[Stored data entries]
┌──

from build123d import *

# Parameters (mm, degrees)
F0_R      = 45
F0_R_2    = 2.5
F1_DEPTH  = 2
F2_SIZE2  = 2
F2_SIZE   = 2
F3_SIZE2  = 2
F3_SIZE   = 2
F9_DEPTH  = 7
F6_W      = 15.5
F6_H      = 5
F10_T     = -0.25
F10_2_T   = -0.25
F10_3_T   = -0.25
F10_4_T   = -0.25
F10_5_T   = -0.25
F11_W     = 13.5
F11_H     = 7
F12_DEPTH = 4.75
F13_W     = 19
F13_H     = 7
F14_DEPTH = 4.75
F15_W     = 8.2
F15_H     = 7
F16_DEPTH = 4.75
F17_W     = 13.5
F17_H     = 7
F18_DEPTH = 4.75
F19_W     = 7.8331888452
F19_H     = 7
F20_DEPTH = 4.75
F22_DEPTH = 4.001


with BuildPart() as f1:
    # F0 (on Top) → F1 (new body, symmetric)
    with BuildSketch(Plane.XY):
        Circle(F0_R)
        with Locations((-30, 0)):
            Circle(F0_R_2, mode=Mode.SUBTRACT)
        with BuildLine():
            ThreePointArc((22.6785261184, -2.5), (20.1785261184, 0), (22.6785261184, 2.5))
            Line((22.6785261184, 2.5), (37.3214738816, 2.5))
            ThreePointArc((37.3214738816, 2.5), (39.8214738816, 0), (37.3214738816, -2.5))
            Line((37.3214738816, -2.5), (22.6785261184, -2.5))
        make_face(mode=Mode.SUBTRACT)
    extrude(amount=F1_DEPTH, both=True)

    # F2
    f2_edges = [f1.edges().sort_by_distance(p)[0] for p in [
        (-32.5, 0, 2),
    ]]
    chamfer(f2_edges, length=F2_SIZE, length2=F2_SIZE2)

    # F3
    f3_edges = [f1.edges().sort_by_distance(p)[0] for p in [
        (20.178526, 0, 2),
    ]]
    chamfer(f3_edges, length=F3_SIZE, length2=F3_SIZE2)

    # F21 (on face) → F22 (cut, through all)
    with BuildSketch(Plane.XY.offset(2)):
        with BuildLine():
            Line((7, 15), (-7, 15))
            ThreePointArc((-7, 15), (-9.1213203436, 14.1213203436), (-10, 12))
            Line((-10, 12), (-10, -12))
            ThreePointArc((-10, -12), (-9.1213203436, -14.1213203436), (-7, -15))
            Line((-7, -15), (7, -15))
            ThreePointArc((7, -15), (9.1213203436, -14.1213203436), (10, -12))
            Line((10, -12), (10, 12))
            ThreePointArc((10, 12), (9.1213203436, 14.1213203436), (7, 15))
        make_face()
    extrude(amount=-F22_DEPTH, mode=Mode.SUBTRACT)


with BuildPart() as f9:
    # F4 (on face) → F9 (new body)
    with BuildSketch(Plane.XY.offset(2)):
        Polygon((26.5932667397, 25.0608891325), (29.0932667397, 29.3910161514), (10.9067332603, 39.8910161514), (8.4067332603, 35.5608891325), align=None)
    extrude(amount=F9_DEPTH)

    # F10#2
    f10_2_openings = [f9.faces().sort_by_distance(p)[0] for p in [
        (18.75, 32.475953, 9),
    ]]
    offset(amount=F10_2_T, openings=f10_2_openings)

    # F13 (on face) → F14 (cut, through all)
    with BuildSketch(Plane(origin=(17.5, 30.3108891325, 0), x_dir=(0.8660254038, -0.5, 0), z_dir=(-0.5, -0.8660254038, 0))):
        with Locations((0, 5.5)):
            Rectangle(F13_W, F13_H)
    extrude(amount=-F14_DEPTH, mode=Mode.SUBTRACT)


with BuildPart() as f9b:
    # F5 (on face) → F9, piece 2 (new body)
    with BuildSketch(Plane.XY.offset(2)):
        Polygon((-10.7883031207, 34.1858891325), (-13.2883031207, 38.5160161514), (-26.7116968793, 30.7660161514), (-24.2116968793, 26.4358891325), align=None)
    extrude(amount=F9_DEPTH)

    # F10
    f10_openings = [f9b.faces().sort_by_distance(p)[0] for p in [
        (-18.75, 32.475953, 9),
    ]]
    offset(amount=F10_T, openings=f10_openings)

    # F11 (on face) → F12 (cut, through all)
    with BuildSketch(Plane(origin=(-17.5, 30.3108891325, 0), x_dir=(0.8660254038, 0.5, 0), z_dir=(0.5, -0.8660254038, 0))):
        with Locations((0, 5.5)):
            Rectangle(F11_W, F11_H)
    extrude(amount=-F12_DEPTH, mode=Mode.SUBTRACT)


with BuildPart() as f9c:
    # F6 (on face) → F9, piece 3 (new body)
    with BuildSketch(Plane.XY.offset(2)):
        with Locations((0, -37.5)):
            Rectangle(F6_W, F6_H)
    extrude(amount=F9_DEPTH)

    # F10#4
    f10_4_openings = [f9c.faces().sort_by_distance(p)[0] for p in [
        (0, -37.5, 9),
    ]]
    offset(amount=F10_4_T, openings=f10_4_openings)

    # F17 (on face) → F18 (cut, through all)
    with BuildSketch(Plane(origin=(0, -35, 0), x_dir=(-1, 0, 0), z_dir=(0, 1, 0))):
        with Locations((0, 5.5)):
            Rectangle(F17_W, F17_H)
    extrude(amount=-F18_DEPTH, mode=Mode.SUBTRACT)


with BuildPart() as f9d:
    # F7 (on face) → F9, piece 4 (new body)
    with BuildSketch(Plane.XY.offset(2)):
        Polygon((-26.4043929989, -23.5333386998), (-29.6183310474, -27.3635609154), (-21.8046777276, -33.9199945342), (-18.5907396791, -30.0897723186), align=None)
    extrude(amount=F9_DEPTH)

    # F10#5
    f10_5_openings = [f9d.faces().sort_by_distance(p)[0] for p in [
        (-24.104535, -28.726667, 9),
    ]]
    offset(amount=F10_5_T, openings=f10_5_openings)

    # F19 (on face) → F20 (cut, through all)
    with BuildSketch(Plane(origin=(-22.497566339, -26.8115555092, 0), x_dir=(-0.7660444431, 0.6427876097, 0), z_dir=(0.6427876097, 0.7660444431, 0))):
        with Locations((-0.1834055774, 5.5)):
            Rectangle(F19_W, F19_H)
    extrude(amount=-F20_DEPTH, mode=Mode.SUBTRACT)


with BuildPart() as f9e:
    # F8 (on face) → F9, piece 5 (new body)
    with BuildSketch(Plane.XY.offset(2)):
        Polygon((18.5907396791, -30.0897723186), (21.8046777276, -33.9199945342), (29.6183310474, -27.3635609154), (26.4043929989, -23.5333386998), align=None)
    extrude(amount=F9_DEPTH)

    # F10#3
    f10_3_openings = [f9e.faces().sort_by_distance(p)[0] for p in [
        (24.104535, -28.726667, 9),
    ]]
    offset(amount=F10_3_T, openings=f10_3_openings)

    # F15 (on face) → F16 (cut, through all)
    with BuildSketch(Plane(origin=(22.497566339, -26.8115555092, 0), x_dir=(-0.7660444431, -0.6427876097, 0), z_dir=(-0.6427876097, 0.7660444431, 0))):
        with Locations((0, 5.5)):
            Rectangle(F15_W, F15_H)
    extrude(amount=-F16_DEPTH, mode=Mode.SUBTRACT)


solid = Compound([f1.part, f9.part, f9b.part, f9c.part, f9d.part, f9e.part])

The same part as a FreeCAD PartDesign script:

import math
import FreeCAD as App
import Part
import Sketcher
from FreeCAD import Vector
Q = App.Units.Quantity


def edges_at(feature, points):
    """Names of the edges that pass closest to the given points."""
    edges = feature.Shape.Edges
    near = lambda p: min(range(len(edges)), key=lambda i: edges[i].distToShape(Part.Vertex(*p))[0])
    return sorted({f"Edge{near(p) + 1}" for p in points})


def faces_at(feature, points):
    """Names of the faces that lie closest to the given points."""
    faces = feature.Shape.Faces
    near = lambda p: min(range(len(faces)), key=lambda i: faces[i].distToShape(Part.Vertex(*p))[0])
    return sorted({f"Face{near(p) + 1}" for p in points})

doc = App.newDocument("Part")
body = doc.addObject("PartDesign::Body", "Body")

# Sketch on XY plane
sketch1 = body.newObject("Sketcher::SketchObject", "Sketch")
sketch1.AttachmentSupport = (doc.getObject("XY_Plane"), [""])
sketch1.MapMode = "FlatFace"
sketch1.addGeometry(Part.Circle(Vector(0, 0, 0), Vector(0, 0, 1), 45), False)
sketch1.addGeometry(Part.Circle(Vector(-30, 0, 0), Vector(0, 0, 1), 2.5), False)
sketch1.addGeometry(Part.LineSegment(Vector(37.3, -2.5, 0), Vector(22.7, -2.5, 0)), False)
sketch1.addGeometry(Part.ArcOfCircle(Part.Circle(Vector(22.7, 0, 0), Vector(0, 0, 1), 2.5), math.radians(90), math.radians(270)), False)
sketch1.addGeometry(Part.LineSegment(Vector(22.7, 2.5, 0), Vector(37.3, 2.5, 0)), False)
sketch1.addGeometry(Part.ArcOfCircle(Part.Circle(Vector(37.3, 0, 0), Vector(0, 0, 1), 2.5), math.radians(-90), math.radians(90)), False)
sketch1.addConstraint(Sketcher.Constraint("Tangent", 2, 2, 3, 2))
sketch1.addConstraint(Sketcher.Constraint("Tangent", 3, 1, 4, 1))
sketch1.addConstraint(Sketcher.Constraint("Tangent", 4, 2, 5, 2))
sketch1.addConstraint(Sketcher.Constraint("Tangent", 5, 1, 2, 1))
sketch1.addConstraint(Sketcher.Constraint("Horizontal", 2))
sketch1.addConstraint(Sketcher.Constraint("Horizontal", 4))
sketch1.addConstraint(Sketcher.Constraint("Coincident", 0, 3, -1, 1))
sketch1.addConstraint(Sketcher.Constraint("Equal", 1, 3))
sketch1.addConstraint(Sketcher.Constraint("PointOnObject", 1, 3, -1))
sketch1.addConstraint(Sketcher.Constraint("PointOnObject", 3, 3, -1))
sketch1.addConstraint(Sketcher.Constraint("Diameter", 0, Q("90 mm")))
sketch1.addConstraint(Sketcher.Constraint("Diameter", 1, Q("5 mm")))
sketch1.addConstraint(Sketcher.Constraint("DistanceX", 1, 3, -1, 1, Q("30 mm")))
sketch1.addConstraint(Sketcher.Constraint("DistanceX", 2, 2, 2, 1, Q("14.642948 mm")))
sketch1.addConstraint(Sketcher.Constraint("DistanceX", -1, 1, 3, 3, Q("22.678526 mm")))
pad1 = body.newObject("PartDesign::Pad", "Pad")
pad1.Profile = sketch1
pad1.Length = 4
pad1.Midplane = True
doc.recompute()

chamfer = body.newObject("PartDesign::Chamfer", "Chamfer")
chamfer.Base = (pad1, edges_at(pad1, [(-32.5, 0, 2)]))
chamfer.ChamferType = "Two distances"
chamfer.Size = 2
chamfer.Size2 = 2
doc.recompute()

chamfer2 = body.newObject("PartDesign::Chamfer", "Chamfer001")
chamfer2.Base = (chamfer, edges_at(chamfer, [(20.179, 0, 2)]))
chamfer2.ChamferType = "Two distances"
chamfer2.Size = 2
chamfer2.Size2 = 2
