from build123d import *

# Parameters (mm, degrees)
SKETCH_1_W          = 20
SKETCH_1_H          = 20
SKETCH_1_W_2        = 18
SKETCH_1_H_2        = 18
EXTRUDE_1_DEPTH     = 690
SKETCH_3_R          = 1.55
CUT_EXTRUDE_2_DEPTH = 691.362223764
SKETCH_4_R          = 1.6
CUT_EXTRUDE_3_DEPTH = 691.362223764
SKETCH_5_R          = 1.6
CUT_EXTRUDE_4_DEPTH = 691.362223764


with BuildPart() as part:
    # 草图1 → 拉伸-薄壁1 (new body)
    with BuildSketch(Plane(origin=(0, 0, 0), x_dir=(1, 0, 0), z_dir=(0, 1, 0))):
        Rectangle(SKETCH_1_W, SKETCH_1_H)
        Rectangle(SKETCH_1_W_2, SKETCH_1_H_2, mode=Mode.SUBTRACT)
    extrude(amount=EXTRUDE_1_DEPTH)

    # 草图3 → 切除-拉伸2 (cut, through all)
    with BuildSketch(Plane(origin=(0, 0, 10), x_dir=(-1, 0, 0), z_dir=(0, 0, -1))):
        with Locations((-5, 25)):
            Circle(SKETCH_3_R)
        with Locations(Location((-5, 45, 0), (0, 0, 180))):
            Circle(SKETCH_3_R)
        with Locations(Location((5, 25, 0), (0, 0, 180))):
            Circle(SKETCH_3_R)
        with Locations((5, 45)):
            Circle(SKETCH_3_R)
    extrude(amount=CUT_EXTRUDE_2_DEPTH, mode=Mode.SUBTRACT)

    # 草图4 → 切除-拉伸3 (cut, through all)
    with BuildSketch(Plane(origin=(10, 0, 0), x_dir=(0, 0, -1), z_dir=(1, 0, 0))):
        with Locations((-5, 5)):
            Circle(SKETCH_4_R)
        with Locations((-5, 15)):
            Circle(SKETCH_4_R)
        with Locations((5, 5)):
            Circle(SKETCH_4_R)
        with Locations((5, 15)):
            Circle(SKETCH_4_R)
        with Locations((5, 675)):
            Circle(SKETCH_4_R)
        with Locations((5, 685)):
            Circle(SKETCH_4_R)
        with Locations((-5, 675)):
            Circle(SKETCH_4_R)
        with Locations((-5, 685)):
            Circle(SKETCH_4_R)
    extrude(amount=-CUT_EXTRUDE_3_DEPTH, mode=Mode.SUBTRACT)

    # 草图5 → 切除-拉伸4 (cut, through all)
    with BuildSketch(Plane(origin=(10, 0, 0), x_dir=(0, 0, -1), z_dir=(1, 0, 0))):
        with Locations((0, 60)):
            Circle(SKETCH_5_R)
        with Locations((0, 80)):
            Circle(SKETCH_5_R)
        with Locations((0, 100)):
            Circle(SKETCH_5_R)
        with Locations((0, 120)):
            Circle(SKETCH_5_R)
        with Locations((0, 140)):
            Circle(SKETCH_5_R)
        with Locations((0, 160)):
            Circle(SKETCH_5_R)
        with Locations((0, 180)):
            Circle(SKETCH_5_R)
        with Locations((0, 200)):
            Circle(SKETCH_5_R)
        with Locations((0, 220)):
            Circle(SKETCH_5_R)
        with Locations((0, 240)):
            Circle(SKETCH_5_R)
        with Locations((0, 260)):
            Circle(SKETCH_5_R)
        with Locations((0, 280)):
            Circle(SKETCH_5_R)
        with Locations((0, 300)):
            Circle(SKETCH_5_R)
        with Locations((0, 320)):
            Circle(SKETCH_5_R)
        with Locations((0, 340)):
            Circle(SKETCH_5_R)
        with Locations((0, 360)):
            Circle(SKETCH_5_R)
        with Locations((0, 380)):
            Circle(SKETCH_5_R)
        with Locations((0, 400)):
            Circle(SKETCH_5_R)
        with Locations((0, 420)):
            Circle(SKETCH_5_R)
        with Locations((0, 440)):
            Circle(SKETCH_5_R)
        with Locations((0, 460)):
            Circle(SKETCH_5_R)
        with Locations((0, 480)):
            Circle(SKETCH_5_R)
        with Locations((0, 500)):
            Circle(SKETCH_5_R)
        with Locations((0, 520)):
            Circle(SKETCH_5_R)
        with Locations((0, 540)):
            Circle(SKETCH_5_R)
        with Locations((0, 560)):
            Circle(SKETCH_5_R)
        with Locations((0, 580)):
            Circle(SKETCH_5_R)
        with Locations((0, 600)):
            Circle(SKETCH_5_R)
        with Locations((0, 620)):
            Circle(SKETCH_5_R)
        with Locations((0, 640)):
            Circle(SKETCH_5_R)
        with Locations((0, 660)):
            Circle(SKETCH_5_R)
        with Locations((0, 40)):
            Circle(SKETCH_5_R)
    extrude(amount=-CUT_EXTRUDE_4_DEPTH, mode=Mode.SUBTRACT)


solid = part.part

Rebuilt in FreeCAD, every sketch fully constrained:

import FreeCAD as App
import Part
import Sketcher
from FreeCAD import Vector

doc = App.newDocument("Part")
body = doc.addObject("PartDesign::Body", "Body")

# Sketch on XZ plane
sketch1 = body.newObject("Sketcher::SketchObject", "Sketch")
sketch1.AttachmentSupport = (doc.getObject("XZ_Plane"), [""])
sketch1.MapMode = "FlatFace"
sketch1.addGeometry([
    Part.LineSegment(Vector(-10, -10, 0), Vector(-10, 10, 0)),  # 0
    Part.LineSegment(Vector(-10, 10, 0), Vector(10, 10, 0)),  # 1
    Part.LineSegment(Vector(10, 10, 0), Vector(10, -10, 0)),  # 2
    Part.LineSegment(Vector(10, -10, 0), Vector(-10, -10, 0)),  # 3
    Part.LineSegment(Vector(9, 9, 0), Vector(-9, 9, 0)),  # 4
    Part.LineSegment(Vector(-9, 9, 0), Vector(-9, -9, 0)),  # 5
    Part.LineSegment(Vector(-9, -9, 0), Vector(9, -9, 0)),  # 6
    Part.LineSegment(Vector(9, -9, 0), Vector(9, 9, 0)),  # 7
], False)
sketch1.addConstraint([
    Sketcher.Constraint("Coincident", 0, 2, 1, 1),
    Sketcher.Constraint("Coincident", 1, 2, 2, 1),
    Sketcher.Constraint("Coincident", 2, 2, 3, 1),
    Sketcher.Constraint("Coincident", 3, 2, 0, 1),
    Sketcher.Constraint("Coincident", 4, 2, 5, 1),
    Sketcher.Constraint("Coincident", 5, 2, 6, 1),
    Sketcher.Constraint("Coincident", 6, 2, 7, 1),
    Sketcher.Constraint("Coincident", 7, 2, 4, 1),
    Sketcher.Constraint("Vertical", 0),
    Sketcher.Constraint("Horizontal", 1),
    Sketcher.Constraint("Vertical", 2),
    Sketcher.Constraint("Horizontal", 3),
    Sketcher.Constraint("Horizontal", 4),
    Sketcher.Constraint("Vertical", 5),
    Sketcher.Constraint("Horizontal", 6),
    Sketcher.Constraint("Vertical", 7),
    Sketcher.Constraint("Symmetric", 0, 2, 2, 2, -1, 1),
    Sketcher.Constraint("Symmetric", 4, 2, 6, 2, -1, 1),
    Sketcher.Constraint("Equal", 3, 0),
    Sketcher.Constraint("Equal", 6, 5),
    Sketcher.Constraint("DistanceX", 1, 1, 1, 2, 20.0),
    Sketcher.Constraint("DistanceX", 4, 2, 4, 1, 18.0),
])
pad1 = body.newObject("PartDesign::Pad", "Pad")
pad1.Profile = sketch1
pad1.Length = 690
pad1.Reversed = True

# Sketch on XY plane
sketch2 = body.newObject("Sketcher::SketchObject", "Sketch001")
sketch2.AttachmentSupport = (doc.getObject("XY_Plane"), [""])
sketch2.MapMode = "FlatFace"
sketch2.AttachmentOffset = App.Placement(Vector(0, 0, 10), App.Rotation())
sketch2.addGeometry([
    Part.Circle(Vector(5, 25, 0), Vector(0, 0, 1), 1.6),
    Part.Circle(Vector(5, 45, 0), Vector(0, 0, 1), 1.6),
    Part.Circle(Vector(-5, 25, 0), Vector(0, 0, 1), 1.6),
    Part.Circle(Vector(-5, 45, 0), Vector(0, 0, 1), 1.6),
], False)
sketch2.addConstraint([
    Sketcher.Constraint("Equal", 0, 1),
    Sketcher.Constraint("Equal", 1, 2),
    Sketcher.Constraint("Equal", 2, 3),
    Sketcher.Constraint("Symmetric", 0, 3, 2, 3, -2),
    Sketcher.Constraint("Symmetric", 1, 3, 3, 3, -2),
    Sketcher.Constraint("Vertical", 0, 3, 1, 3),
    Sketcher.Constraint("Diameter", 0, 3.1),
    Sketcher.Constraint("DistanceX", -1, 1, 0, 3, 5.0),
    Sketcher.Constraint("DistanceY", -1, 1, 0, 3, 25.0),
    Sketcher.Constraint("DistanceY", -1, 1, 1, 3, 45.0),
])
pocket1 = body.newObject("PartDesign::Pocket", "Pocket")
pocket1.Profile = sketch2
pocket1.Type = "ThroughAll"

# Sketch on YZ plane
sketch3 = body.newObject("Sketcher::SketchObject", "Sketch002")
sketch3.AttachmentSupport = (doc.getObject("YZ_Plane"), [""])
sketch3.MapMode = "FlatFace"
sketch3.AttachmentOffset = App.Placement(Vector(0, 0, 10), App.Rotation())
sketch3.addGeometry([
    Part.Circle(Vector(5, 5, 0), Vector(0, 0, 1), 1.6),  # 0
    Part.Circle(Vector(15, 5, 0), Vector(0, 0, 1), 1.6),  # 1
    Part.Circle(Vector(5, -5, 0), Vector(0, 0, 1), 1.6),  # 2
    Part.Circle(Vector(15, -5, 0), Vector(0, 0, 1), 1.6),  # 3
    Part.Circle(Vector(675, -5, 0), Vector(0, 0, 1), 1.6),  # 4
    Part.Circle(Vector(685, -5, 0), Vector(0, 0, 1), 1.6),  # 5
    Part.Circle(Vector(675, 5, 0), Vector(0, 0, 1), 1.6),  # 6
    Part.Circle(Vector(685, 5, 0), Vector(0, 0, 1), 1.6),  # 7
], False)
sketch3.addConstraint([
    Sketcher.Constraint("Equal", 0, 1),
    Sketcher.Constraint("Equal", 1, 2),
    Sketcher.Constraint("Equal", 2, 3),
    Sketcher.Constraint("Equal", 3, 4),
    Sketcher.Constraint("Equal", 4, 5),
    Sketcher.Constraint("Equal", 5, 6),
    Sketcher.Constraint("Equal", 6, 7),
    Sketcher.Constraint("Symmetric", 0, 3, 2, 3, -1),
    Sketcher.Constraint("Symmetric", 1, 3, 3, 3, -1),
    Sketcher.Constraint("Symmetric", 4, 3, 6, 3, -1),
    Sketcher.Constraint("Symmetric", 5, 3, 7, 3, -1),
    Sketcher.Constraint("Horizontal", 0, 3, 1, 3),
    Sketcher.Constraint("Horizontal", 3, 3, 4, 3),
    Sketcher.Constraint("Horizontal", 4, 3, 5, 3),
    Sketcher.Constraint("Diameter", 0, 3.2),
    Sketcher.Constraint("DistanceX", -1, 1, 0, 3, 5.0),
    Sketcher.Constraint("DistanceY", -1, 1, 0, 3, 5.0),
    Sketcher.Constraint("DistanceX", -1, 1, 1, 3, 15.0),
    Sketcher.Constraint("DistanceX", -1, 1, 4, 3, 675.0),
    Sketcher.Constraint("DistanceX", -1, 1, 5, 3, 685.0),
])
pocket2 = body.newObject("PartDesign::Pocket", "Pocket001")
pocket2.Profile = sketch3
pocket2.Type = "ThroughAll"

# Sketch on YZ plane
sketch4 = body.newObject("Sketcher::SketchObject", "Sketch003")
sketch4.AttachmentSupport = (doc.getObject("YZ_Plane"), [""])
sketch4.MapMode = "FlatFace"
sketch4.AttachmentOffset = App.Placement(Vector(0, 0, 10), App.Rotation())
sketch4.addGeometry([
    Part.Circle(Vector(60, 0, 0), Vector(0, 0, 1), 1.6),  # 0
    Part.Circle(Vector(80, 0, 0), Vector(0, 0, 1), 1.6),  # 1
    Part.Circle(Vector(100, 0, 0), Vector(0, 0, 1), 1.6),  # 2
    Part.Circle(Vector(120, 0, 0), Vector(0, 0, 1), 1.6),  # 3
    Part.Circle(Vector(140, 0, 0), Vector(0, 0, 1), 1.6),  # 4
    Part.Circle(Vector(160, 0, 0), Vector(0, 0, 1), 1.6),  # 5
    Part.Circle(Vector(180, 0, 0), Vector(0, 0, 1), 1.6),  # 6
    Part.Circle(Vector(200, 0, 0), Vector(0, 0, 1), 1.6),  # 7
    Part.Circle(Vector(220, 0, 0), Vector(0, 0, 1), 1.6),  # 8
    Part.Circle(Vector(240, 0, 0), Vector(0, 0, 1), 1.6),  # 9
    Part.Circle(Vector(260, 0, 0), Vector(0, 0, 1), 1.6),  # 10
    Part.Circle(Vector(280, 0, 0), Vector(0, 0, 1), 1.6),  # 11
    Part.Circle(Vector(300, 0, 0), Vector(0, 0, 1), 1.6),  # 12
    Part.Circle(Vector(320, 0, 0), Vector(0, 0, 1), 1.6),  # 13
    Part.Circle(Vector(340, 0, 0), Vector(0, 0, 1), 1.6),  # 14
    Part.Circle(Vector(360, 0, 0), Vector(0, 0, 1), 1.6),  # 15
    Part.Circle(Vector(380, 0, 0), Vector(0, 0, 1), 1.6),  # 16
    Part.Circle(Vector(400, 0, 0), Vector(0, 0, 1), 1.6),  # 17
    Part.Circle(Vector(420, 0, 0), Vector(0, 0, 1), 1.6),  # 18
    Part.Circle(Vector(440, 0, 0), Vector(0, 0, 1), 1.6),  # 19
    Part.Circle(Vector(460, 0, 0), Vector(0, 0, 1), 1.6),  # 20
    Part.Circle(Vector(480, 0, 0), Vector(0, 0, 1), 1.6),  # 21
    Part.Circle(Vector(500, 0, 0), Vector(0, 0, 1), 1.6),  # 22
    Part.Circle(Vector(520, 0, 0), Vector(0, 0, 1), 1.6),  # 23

└──

## WORK REQUIRED
Note down each line above where the word "Rectangle" occurs.

## RESULT FOR THIS EXERCISE
            Rectangle(F13_W, F13_H)
            Rectangle(F11_W, F11_H)
            Rectangle(F6_W, F6_H)
            Rectangle(F17_W, F17_H)
            Rectangle(F19_W, F19_H)
            Rectangle(F15_W, F15_H)
        Rectangle(SKETCH_1_W, SKETCH_1_H)
        Rectangle(SKETCH_1_W_2, SKETCH_1_H_2, mode=Mode.SUBTRACT)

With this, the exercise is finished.